第181章 可惜,还不是必死局

都重生了谁还深情啊 作者:佚名

      都重生了谁还深情啊 作者:佚名
    第181章 可惜,还不是必死局
    “行动!”
    距离仓库不足一公里的作战车內,閆正民听到通信设备里面的枪声,没有犹豫什么,直接命令所有力量行动。
    一旁,许立平表情凝重,绑匪有枪在他们考量之內,但没想到他们真的有,而且还这么果断的开了两枪。
    关键是绑匪找的位置太好了,只有一条路能给车走就算了,还占据有利地势,他们別说让武警高位狙击了,连无人机都没办法用,除了声音什么也不知道。
    臭小子,你可千万不要有事啊。
    隨著閆局长一声令下,在津静线和新华路交叉口等待的8辆警车纷纷打开灯光和警笛,前后夹击著驶向447道路。
    在这边不远处是一排商铺,其中还有不少食客在午夜就餐。
    突然而来的警笛和红蓝灯光极速行驶而过,让不少人都酒醒了半刻。
    警笛声不断响起,刚才还漆黑一片的447国道此时明亮一片,道路两个方向驶来的警车车队直接將小路封死。
    …
    仓库內,第二层。
    两分钟前。
    手持土製长枪的刘汉祥被电话里骂了一通后,很快便反应过来,这肯定是警察知道这事了,愤怒和狠厉涌在心头。
    下一秒他把手机放进口袋,双手持枪对向伍磊和中年人怒吼道:
    “老李,闪开!!”
    老李在听到报警二字心慌时,却也不忘狠厉,动作非常迅速。
    陈澈藉助月光和放在砖墙上的手电筒营造的光线看著,心头一震忙道:
    “磊子,快跑!”
    隨著他提醒,伍磊强撑著往外爬,但本来就虚弱的身体,因为被捆绑著上半身而无法付出实践,只得蠕动著。
    “砰!”
    光线不是很好,刘汉祥也没瞄准只是大概开了一枪,一瞬间震声响彻云霄。
    区別於老式土枪,这种用枪管和多个零部件组装焊接的枪械虽然比不了正规枪枝,但子弹也是钢製的,只是口径不一样,但估摸著不会低於7.62mm。
    子弹在伍磊脚边擦出一点点亮光,刘汉祥见状拋下弹壳重新拉栓,伍磊知道发生了什么,求生的本能致使他双脚使劲往前一蹬,但天不遂人愿,第二枪不再是子弹头摩擦地面砸出小坑的声音。
    “哲虎!”
    第一次碰到枪的陈澈慌了,直到伍磊中弹才猛然反应过来大喊。
    而就在他话落,他的脸颊感觉到被风吹拂而过,一个彪形大汉迅速冲向持枪的刘汉祥,势如猛虎十分有衝击力。
    面具男见状捡起一块碎砖扔去,哲虎顺势躲过后转身猛踩地面一跃抓向枪管,只是被刘汉祥迅速躲开。
    下一秒,面具男和中年男人老李持刀主动冲向哲虎,黑暗中三人聚在一起斗作一团,只听得脚步声连连。
    长刀划破夜空带著呼啸,人高马大的哲虎躲了两刀,面对毫无章法挥刀的两人冷静稳重,找准机会抓住面具男挥刀落下的手腕,一个反肘便听得一声哀嚎。
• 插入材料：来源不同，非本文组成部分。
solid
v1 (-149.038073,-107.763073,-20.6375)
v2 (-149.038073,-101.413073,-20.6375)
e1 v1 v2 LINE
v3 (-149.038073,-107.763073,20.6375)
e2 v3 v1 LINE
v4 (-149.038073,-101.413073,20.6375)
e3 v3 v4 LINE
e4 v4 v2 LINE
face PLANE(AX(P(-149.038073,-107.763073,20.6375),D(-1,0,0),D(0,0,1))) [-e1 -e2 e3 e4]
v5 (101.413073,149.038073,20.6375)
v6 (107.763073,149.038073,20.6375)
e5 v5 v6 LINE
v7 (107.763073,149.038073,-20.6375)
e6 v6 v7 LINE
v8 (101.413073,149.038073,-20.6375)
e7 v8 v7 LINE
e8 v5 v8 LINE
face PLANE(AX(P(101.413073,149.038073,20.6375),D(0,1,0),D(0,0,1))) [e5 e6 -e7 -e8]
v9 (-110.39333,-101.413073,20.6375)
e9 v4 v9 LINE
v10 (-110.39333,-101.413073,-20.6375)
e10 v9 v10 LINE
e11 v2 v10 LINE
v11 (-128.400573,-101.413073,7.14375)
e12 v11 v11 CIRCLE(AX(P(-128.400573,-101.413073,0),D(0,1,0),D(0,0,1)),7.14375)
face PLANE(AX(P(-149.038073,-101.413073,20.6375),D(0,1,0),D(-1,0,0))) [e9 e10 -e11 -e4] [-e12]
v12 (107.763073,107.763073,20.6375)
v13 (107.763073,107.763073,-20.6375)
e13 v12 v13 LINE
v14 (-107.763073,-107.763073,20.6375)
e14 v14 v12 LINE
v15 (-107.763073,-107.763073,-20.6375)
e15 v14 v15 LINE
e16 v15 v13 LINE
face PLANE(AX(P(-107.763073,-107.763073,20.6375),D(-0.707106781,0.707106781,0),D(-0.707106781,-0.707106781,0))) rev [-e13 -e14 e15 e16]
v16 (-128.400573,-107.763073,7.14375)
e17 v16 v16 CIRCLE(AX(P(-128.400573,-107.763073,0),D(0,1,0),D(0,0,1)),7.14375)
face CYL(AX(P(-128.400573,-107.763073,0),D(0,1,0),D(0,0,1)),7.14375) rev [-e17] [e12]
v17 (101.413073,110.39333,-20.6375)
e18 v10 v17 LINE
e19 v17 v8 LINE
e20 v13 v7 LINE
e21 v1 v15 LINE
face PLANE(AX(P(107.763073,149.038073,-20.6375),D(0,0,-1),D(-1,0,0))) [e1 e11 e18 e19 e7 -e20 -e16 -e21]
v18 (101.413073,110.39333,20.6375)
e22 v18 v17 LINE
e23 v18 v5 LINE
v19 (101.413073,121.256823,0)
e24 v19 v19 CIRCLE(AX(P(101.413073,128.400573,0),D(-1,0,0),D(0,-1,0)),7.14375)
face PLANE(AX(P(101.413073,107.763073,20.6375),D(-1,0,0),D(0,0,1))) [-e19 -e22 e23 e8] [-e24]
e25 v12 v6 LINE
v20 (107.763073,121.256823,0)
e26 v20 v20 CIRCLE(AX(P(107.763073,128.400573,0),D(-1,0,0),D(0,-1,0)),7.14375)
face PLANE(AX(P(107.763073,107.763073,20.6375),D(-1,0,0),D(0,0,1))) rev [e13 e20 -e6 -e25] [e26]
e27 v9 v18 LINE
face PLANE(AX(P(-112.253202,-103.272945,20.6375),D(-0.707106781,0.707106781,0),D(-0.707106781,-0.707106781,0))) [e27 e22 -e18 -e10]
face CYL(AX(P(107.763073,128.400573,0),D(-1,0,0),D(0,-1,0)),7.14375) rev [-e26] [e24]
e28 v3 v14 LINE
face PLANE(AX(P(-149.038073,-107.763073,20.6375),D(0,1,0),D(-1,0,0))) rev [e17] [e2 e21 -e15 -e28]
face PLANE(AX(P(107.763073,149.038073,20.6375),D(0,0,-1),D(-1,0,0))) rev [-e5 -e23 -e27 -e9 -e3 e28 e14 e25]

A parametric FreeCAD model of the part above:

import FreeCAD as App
import Part
import Sketcher

V = App.Vector
Q = App.Units.Quantity


def add_polygon(sketch, points):
    """Adds a closed chain of lines whose ends are joined by coincident constraints."""
    first, n = sketch.GeometryCount, len(points)
    for a, b in zip(points, points[1:] + points[:1]):
        sketch.addGeometry(Part.LineSegment(App.Vector(*a, 0), App.Vector(*b, 0)), False)
    for i in range(n):
        sketch.addConstraint(Sketcher.Constraint("Coincident", first + i, 2, first + (i + 1) % n, 1))

doc = App.newDocument("Part")
body = doc.addObject("PartDesign::Body", "Body")

# Sketch on XY plane
sketch1 = body.newObject("Sketcher::SketchObject", "Sketch")
sketch1.AttachmentSupport = (doc.getObject("XY_Plane"), [""])
sketch1.MapMode = "FlatFace"
add_polygon(sketch1, [(-149, -108), (-108, -108), (108, 108), (108, 149), (101, 149), (101, 110), (-110, -101), (-149, -101)])  # lines 0-7
sketch1.addConstraint([
    Sketcher.Constraint("Horizontal", 0),
    Sketcher.Constraint("Vertical", 2),
    Sketcher.Constraint("Horizontal", 3),
    Sketcher.Constraint("Vertical", 4),
    Sketcher.Constraint("Horizontal", 6),
    Sketcher.Constraint("Vertical", 7),
    Sketcher.Constraint("Symmetric", 0, 2, 1, 2, -1, 1),
    Sketcher.Constraint("Parallel", 1, 5),
    Sketcher.Constraint("Equal", 0, 2),
    Sketcher.Constraint("Equal", 6, 4),
    Sketcher.Constraint("Equal", 3, 7),
    Sketcher.Constraint("Distance", 1, Q("12 in")),
    Sketcher.Constraint("DistanceX", 3, 2, 3, 1, Q("0.25 in")),
    Sketcher.Constraint("DistanceX", 0, 1, 0, 2, Q("1.625 in")),
    Sketcher.Constraint("DistanceX", 6, 2, 6, 1, Q("38.644744 mm")),
])
pad1 = body.newObject("PartDesign::Pad", "Pad")
pad1.Profile = sketch1
pad1.Length = Q("1.625 in")
pad1.Midplane = True

# Sketch on XZ plane
sketch2 = body.newObject("Sketcher::SketchObject", "Sketch001")
sketch2.AttachmentSupport = (doc.getObject("XZ_Plane"), [""])
sketch2.MapMode = "FlatFace"
sketch2.AttachmentOffset = App.Placement(V(0, 0, 101.413073), App.Rotation())
sketch2.addGeometry(Part.Circle(V(-128, 0, 0), V(0, 0, 1), 7), False)
sketch2.addConstraint([
    Sketcher.Constraint("PointOnObject", 0, 3, -1),
    Sketcher.Constraint("Diameter", 0, Q("0.5625 in")),
    Sketcher.Constraint("DistanceX", 0, 3, -1, 1, Q("128.400573 mm")),
])
pocket1 = body.newObject("PartDesign::Pocket", "Pocket")
pocket1.Profile = sketch2
pocket1.Type = "ThroughAll"
pocket1.Reversed = True

# Sketch on YZ plane
sketch3 = body.newObject("Sketcher::SketchObject", "Sketch002")
sketch3.AttachmentSupport = (doc.getObject("YZ_Plane"), [""])
sketch3.MapMode = "FlatFace"
sketch3.AttachmentOffset = App.Placement(V(0, 0, 101.413073), App.Rotation())
sketch3.addGeometry(Part.Circle(V(128, 0, 0), V(0, 0, 1), 7), False)
sketch3.addConstraint([
    Sketcher.Constraint("PointOnObject", 0, 3, -1),
    Sketcher.Constraint("Diameter", 0, Q("0.5625 in")),
    Sketcher.Constraint("DistanceX", -1, 1, 0, 3, Q("128.400573 mm")),
])
pocket2 = body.newObject("PartDesign::Pocket", "Pocket001")
pocket2.Profile = sketch3
pocket2.Type = "ThroughAll"
pocket2.Reversed = True

doc.recompute()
    陈澈跑到伍磊身边,藉助昏暗光线查看对方的情况,帮对方拿出嘴里塞的东西后,左手不断探寻著问道:
    “磊子,伤到哪儿了?!”
    “啊~”
    伍磊大口大口呼吸著,手不自觉摸向大腿处,带著冒冷汗的颤音道:
    “哥…你別管我…了…,他…”
    听著伍磊断断续续的话,陈澈下意识抬头望去时,刘汉祥在此时抬起枪。
    见此一幕他心头一震,刚准备无奈捨弃伍磊时,哲虎通过昏暗光线瞥见刘汉祥的动作,怒吼一声直接冲了过去。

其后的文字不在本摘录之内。